### Exercise input

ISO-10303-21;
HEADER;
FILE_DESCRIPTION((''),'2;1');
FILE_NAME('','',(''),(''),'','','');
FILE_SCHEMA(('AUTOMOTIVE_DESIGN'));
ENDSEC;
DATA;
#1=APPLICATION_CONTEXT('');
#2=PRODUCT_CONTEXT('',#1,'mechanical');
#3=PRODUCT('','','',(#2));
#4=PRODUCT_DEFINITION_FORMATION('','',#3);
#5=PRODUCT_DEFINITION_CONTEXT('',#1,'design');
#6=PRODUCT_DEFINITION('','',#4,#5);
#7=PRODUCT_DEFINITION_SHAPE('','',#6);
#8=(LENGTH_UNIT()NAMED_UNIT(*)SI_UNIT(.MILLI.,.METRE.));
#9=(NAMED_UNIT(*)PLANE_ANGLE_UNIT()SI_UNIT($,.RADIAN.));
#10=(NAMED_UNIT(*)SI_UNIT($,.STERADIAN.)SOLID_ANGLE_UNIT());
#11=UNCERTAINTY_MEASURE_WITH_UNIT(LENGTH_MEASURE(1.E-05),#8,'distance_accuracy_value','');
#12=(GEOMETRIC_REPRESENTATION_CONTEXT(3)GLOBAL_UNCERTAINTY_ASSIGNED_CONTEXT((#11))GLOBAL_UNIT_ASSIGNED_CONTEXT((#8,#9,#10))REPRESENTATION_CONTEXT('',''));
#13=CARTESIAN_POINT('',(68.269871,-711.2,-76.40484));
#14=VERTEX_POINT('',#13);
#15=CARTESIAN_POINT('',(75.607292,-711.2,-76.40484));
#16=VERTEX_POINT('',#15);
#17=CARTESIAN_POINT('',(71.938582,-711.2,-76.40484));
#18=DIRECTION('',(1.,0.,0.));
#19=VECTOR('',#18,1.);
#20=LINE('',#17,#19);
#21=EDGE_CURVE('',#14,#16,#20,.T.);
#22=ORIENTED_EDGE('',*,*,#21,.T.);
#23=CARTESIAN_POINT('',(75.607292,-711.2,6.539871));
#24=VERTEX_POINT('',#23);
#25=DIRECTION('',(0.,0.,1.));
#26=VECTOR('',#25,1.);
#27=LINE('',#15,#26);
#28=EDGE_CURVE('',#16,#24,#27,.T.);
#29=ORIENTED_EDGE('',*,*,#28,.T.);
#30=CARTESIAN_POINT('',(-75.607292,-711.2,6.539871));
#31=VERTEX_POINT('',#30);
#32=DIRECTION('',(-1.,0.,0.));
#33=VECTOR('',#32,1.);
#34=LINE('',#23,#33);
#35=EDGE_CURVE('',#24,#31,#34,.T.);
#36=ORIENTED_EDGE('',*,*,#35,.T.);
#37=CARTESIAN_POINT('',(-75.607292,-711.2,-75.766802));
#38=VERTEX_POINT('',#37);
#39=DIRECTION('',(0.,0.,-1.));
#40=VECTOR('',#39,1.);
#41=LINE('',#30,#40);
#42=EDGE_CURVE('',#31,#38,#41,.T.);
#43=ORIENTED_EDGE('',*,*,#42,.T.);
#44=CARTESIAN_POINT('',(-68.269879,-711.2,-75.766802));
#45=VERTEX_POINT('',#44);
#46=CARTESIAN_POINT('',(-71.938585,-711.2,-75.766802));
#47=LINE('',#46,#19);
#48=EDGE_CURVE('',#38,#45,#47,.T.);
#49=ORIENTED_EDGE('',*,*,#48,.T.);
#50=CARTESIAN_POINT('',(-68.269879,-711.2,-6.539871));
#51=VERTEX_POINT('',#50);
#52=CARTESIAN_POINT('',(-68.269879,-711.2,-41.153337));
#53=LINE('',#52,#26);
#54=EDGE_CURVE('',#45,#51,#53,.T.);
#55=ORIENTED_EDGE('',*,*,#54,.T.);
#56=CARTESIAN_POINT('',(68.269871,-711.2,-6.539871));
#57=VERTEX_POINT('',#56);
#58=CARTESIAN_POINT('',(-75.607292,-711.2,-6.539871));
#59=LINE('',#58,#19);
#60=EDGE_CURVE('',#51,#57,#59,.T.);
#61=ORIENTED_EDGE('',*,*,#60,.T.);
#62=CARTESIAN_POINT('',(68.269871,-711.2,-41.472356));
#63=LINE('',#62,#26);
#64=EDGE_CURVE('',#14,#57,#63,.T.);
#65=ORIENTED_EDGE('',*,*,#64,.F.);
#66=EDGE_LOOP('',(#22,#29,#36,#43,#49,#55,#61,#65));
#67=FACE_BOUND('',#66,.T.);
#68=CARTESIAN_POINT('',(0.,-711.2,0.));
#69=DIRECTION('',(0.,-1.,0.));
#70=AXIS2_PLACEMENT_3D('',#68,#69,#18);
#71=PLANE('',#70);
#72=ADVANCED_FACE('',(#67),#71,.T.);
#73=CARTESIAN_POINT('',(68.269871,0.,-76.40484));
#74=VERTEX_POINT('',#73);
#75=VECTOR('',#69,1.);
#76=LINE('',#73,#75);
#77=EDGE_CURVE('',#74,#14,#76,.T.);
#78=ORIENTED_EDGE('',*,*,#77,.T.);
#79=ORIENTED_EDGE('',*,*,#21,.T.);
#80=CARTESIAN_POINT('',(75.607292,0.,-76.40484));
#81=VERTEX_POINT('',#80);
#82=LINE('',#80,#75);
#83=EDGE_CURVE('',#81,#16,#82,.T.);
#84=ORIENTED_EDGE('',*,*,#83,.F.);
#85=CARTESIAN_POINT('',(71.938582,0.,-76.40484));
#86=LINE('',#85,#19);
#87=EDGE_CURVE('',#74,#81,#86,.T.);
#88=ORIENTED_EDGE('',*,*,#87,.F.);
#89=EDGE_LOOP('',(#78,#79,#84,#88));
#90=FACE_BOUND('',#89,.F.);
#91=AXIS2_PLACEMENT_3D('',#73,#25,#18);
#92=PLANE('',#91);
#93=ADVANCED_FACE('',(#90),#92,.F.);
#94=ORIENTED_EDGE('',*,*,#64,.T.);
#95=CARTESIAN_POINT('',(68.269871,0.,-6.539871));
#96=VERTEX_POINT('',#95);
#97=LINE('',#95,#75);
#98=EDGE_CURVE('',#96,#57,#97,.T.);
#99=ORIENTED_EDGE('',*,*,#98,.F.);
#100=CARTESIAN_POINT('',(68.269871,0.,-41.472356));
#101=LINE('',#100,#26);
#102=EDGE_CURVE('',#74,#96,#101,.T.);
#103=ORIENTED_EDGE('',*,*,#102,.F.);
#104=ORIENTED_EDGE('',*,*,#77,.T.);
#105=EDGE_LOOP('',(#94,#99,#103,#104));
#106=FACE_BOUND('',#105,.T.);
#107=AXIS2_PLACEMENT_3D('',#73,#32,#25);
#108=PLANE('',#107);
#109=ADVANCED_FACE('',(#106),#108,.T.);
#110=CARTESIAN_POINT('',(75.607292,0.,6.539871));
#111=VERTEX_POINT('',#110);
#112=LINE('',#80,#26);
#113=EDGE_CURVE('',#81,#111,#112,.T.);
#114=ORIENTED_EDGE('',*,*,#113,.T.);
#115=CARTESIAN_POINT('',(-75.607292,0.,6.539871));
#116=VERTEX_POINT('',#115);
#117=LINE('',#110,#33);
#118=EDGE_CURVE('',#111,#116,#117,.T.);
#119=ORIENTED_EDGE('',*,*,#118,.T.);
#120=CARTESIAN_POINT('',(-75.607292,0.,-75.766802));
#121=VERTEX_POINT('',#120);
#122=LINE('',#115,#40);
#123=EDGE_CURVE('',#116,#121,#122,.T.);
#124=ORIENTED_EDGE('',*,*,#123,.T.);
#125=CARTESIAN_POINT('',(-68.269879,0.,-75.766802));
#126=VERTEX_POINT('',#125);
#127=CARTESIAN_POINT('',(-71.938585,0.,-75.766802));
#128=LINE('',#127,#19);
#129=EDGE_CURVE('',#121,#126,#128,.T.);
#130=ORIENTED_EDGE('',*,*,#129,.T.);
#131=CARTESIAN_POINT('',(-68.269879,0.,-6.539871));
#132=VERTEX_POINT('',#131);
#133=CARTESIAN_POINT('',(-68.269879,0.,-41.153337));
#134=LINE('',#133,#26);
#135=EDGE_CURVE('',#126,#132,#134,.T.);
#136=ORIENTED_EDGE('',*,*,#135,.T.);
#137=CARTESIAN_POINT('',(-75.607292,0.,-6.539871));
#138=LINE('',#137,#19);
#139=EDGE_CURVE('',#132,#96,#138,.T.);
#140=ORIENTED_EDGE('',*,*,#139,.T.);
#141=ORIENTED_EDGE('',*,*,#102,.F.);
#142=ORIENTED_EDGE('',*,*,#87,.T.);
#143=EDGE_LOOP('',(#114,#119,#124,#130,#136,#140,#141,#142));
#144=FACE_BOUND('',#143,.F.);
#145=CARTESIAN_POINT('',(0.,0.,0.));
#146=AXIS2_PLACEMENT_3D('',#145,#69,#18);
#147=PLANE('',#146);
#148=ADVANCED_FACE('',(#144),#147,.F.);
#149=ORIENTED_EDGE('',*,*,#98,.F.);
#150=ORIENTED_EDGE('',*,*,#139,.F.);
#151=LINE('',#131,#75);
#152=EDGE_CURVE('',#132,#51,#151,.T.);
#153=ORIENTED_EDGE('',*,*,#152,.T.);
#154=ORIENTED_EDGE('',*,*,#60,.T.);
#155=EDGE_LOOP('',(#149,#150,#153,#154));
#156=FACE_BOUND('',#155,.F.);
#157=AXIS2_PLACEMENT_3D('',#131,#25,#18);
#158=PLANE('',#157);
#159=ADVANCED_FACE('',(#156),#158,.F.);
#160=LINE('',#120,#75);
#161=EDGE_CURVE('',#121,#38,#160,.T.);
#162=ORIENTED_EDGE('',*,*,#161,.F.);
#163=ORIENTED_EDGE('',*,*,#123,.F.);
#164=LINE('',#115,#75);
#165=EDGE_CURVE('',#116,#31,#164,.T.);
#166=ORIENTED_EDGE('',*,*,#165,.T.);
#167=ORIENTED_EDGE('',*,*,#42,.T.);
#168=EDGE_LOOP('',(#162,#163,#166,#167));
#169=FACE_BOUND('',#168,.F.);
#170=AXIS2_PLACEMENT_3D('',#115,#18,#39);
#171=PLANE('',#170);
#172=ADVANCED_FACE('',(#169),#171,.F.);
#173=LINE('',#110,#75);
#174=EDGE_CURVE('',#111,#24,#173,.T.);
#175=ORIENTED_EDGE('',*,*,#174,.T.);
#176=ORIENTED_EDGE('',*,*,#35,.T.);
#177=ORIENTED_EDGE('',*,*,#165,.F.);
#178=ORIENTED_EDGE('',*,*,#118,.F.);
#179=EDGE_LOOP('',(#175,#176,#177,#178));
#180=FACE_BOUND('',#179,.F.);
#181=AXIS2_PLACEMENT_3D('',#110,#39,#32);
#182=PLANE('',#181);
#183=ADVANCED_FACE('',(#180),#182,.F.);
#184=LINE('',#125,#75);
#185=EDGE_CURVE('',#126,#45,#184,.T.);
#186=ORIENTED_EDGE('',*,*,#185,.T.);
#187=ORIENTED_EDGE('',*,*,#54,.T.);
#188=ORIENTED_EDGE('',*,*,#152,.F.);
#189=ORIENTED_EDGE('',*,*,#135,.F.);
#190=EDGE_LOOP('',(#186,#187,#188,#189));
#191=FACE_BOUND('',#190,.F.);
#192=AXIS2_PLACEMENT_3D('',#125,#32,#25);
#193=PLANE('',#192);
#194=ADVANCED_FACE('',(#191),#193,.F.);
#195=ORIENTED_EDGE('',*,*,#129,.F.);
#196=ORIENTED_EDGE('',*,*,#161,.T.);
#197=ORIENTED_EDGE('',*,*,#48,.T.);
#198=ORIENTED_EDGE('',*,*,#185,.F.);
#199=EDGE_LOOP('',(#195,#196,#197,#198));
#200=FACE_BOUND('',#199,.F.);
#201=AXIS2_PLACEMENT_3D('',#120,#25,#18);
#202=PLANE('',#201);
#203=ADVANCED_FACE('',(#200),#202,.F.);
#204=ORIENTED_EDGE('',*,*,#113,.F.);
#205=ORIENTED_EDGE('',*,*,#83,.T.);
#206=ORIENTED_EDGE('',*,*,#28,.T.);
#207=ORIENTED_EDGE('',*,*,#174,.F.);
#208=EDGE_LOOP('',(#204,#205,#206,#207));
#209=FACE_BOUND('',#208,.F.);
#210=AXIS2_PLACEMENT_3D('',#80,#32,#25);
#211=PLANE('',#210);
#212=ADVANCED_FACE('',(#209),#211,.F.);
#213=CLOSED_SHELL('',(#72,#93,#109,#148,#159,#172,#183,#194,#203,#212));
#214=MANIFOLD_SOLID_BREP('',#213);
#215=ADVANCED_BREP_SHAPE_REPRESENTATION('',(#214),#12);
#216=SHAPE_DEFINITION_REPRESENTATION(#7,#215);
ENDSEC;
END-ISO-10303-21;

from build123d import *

# Parameters (mm, degrees)
F0_W     = 7.3374137282
F0_H     = 69.2269303836
F0_W_2   = 7.3374211788
F0_H_2   = 69.8649683036
F1_DEPTH = 711.2


with BuildPart() as f1:
    # F0 (on Front) → F1 (new body)
    with BuildSketch(Plane.XZ):
        Polygon((75.6072923541, 6.5398714505), (-75.6072923541, 6.5398714505), (-75.6072923541, -6.5398714505), (-68.2698786259, -6.5398714505), (68.2698711753, -6.5398714505), (75.6072923541, -6.5398714505), align=None)
        with Locations((-71.93858549, -41.1533366423)):
            Rectangle(F0_W, F0_H)
        with Locations((71.9385817647, -41.4723556023)):
            Rectangle(F0_W_2, F0_H_2)
    extrude(amount=F1_DEPTH)


solid = f1.part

######

- What the exercise asks -
Above are the records. Copy the lines beginning at the one that has "#196=ORIENTED_EDGE('',*,*,#161,.T.);" and ending with the one that has "#214=MANIFOLD_SOLID_BREP('',#213);", unchanged.

- Your solution -
#196=ORIENTED_EDGE('',*,*,#161,.T.);
#197=ORIENTED_EDGE('',*,*,#48,.T.);
#198=ORIENTED_EDGE('',*,*,#185,.F.);
#199=EDGE_LOOP('',(#195,#196,#197,#198));
#200=FACE_BOUND('',#199,.F.);
#201=AXIS2_PLACEMENT_3D('',#120,#25,#18);
#202=PLANE('',#201);
#203=ADVANCED_FACE('',(#200),#202,.F.);
#204=ORIENTED_EDGE('',*,*,#113,.F.);
#205=ORIENTED_EDGE('',*,*,#83,.T.);
#206=ORIENTED_EDGE('',*,*,#28,.T.);
#207=ORIENTED_EDGE('',*,*,#174,.F.);
#208=EDGE_LOOP('',(#204,#205,#206,#207));
#209=FACE_BOUND('',#208,.F.);
#210=AXIS2_PLACEMENT_3D('',#80,#32,#25);
#211=PLANE('',#210);
#212=ADVANCED_FACE('',(#209),#211,.F.);
#213=CLOSED_SHELL('',(#72,#93,#109,#148,#159,#172,#183,#194,#203,#212));
#214=MANIFOLD_SOLID_BREP('',#213);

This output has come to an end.